> [ASSIGNMENT] Scan the entries below for the word "VECTOR" and copy every line in which it occurs.
★ ★ ★
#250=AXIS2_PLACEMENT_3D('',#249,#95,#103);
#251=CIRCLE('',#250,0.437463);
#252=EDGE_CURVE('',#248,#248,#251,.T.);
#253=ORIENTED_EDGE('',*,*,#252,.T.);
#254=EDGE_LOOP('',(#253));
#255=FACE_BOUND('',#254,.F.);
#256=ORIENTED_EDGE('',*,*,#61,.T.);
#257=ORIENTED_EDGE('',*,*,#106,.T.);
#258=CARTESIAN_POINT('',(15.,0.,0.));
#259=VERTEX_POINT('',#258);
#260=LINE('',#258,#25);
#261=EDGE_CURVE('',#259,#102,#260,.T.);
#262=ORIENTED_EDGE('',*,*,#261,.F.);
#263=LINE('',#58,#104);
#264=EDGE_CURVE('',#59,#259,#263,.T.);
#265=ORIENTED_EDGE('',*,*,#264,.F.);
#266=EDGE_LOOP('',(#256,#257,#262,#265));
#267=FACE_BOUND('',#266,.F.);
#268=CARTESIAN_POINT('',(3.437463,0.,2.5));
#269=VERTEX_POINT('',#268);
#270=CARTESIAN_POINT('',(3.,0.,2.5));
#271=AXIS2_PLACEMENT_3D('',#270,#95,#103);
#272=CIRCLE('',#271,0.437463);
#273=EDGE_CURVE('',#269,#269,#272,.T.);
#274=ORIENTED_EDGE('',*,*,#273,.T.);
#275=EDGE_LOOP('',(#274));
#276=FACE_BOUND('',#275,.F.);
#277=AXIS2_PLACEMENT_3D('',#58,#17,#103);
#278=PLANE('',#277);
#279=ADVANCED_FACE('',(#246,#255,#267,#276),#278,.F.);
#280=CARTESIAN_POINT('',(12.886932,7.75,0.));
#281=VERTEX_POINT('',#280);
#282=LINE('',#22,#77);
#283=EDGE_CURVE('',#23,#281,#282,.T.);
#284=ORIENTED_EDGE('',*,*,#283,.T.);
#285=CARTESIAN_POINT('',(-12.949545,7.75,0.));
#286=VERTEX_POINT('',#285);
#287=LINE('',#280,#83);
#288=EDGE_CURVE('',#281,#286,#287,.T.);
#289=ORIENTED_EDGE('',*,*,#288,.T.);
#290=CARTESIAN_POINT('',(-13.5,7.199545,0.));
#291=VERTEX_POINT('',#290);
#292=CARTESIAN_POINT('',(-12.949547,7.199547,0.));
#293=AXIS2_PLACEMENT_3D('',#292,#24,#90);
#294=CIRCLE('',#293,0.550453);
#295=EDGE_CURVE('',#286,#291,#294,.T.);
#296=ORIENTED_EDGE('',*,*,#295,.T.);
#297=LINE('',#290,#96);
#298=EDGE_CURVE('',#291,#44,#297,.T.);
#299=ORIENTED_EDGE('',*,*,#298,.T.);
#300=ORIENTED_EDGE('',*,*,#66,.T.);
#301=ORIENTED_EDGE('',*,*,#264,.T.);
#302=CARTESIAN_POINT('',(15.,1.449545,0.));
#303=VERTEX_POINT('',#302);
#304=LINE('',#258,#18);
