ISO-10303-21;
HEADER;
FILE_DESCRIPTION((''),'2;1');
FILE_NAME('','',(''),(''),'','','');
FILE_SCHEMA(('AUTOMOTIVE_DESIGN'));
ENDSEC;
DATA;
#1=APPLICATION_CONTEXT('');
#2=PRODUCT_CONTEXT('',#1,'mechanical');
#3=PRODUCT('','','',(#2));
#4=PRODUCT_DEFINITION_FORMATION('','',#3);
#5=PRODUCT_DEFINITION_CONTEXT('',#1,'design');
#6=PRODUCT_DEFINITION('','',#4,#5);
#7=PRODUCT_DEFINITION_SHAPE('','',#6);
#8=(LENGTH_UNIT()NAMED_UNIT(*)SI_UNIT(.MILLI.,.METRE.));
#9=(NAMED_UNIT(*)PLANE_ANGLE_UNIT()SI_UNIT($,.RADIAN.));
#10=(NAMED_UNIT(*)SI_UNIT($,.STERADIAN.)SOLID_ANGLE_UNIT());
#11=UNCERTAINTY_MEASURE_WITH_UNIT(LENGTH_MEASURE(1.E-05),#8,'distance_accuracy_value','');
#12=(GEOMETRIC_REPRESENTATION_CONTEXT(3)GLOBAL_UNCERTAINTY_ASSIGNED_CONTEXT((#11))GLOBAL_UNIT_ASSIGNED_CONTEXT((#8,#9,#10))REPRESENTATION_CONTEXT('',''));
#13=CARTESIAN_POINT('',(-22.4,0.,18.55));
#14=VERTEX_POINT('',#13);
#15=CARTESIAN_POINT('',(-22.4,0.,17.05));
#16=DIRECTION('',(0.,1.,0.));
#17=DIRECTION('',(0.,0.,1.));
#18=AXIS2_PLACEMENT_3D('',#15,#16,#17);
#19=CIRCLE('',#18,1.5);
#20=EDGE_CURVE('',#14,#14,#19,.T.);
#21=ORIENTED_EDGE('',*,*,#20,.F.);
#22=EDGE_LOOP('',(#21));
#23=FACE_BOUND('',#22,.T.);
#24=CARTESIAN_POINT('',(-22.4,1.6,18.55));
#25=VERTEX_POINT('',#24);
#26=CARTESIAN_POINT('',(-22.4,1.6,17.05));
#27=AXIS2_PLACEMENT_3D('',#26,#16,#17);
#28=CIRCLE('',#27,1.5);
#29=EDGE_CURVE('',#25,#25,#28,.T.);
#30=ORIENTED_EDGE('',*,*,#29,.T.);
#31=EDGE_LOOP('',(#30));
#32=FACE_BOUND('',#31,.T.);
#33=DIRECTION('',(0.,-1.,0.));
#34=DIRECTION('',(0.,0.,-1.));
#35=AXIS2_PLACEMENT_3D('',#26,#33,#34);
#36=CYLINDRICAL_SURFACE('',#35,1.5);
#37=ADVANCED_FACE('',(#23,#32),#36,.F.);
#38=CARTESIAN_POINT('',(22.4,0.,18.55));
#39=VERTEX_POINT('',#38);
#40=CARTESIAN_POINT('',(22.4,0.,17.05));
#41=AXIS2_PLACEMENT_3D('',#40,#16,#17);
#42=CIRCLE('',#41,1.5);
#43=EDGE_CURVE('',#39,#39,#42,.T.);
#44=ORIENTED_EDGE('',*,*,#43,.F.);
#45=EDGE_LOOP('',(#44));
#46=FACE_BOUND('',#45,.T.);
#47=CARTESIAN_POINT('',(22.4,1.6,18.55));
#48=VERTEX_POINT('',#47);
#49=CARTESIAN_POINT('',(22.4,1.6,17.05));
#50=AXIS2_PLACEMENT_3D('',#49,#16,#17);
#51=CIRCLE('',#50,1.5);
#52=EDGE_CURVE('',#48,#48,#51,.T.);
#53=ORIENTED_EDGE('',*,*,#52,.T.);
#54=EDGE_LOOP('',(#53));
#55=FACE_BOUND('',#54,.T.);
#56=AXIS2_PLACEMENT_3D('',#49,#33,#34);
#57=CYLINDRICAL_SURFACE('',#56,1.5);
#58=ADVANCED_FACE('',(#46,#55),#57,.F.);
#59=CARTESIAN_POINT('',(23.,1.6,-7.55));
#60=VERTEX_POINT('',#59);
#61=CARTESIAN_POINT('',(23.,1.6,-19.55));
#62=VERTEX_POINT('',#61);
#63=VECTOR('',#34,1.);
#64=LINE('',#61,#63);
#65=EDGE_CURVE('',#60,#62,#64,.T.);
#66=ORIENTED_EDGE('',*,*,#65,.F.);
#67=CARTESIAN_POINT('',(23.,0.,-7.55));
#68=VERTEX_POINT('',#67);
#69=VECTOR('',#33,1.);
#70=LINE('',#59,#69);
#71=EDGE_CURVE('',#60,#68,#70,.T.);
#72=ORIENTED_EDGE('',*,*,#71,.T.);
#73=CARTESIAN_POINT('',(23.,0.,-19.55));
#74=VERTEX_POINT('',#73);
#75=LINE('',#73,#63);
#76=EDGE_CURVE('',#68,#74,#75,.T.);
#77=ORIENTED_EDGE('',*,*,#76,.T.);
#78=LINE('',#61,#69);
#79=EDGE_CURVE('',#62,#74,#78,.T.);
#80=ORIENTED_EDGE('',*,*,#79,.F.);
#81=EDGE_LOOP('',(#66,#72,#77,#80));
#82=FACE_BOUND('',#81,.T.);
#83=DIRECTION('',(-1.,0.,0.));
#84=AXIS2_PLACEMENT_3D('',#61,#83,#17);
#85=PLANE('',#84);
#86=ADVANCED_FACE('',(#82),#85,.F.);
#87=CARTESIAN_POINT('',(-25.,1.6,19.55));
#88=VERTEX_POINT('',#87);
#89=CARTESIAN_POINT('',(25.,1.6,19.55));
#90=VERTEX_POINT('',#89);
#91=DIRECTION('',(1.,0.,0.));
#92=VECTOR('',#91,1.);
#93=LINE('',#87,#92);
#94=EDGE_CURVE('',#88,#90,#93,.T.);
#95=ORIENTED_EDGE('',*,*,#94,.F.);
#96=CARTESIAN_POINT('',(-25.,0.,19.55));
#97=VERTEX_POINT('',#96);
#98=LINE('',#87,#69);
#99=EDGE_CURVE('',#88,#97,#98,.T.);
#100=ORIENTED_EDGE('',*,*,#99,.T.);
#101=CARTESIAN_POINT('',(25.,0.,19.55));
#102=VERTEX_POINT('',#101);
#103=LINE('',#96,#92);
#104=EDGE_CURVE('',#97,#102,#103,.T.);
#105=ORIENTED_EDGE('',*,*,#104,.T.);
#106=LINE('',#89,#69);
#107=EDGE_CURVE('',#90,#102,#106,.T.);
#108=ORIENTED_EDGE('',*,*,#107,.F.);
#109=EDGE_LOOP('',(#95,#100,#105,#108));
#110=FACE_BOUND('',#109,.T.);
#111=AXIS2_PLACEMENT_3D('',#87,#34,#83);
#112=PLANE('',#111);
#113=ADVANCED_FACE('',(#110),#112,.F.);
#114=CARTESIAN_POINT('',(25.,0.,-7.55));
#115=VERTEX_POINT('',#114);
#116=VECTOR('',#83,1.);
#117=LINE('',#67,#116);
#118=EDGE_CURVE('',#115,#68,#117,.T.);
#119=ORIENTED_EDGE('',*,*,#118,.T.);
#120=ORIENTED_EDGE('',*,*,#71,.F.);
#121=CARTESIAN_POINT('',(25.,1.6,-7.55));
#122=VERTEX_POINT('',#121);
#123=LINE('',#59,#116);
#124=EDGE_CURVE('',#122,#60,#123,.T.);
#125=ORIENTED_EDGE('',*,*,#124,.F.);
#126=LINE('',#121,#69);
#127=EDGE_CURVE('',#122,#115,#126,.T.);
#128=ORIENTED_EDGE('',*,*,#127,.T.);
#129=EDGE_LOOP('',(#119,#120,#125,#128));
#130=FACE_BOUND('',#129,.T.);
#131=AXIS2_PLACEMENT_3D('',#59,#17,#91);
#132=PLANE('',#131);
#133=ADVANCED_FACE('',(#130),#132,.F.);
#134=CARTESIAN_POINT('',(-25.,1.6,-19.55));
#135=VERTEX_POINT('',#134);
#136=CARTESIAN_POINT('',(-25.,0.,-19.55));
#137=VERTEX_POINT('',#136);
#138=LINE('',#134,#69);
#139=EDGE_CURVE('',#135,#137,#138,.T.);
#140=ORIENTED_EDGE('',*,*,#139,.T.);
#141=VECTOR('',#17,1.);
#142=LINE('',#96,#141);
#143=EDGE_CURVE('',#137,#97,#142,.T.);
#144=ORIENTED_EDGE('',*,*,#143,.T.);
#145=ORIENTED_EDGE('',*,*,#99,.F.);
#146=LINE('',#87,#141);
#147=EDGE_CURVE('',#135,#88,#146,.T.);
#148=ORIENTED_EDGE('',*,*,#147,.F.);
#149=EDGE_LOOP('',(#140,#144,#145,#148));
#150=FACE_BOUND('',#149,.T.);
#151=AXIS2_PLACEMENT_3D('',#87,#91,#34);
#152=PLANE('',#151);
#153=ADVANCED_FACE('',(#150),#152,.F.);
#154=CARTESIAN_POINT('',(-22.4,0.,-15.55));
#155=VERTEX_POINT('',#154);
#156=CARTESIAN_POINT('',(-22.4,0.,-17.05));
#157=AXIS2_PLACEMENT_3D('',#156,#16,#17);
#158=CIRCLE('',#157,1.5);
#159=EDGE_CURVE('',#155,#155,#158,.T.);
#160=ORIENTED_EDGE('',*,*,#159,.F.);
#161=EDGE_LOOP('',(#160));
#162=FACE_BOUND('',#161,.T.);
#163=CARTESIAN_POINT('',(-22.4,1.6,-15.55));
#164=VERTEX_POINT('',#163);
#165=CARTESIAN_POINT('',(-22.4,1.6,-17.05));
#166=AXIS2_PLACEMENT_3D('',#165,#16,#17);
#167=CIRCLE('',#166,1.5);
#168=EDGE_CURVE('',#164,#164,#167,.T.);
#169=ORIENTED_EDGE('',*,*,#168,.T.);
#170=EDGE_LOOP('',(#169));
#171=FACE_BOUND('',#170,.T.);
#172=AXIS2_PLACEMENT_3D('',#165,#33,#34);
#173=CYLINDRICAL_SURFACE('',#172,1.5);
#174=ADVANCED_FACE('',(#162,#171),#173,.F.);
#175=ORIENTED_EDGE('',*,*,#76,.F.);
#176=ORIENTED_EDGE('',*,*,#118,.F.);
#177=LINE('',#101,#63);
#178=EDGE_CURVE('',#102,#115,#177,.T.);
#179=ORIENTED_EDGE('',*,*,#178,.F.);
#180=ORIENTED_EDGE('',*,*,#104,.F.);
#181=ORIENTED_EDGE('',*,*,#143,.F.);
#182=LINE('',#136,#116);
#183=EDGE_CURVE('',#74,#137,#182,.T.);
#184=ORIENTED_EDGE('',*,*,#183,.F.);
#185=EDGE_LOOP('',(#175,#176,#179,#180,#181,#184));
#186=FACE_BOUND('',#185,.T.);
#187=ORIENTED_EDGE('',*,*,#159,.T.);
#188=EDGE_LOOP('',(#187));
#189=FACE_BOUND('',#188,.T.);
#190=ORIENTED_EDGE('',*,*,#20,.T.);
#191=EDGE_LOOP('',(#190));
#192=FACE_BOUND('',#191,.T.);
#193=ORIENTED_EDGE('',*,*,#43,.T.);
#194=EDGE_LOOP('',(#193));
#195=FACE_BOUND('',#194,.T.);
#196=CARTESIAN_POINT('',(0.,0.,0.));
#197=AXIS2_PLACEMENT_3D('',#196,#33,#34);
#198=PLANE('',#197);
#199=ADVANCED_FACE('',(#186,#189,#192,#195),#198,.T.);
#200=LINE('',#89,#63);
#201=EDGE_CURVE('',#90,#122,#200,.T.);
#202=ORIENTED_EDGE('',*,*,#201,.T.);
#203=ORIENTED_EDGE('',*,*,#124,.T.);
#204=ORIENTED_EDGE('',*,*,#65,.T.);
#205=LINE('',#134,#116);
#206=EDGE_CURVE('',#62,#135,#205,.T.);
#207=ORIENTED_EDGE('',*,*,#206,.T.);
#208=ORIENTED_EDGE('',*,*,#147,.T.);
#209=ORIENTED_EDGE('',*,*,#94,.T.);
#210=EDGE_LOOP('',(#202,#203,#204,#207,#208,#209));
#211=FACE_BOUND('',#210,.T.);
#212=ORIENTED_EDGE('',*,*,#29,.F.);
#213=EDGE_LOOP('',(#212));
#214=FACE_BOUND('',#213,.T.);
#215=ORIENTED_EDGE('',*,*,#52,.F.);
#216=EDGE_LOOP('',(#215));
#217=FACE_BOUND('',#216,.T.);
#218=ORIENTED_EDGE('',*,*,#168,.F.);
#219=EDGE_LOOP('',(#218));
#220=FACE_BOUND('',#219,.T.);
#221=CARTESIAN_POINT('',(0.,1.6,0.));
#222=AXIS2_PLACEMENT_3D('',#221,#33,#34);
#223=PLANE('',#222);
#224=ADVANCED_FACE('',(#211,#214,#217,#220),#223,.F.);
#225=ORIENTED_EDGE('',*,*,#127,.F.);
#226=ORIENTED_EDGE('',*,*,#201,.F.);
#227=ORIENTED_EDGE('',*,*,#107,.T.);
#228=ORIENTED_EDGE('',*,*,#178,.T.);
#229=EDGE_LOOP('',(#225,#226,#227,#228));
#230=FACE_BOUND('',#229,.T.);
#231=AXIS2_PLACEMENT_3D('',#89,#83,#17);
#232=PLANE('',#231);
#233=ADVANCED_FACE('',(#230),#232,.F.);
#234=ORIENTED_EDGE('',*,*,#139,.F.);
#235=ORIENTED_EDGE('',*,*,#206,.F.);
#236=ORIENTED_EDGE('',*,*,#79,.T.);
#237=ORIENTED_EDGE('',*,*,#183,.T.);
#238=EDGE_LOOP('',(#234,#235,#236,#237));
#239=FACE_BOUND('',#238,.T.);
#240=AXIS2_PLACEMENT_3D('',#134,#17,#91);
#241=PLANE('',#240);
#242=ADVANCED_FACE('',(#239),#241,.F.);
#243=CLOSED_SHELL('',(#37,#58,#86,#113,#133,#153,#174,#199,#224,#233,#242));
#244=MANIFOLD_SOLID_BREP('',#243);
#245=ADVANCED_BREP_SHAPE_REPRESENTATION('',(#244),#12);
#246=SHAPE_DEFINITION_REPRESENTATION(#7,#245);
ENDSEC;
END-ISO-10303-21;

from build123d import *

# Parameters (mm, degrees)
SKETCH1_R           = 1.5
BOSS_EXTRUDE1_DEPTH = 1.6


with BuildPart() as part:
    # Sketch1 → Boss-Extrude1 (new body)
    with BuildSketch(Plane(origin=(0, 0, 0), x_dir=(1, 0, 0), z_dir=(0, 1, 0))):
        Polygon((23, 19.55), (23, 7.55), (25, 7.55), (25, -19.55), (-25, -19.55), (-25, 19.55), align=None)
        with Locations((-22.4, 17.05)):
            Circle(SKETCH1_R, mode=Mode.SUBTRACT)
        with Locations((-22.4, -17.05)):
            Circle(SKETCH1_R, mode=Mode.SUBTRACT)
        with Locations((22.4, -17.05)):
            Circle(SKETCH1_R, mode=Mode.SUBTRACT)
    extrude(amount=BOSS_EXTRUDE1_DEPTH)


solid = part.part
★ ★ ★
> [ANSWER SECTION]
#63=VECTOR('',#34,1.);
#69=VECTOR('',#33,1.);
#92=VECTOR('',#91,1.);
#116=VECTOR('',#83,1.);
#141=VECTOR('',#17,1.);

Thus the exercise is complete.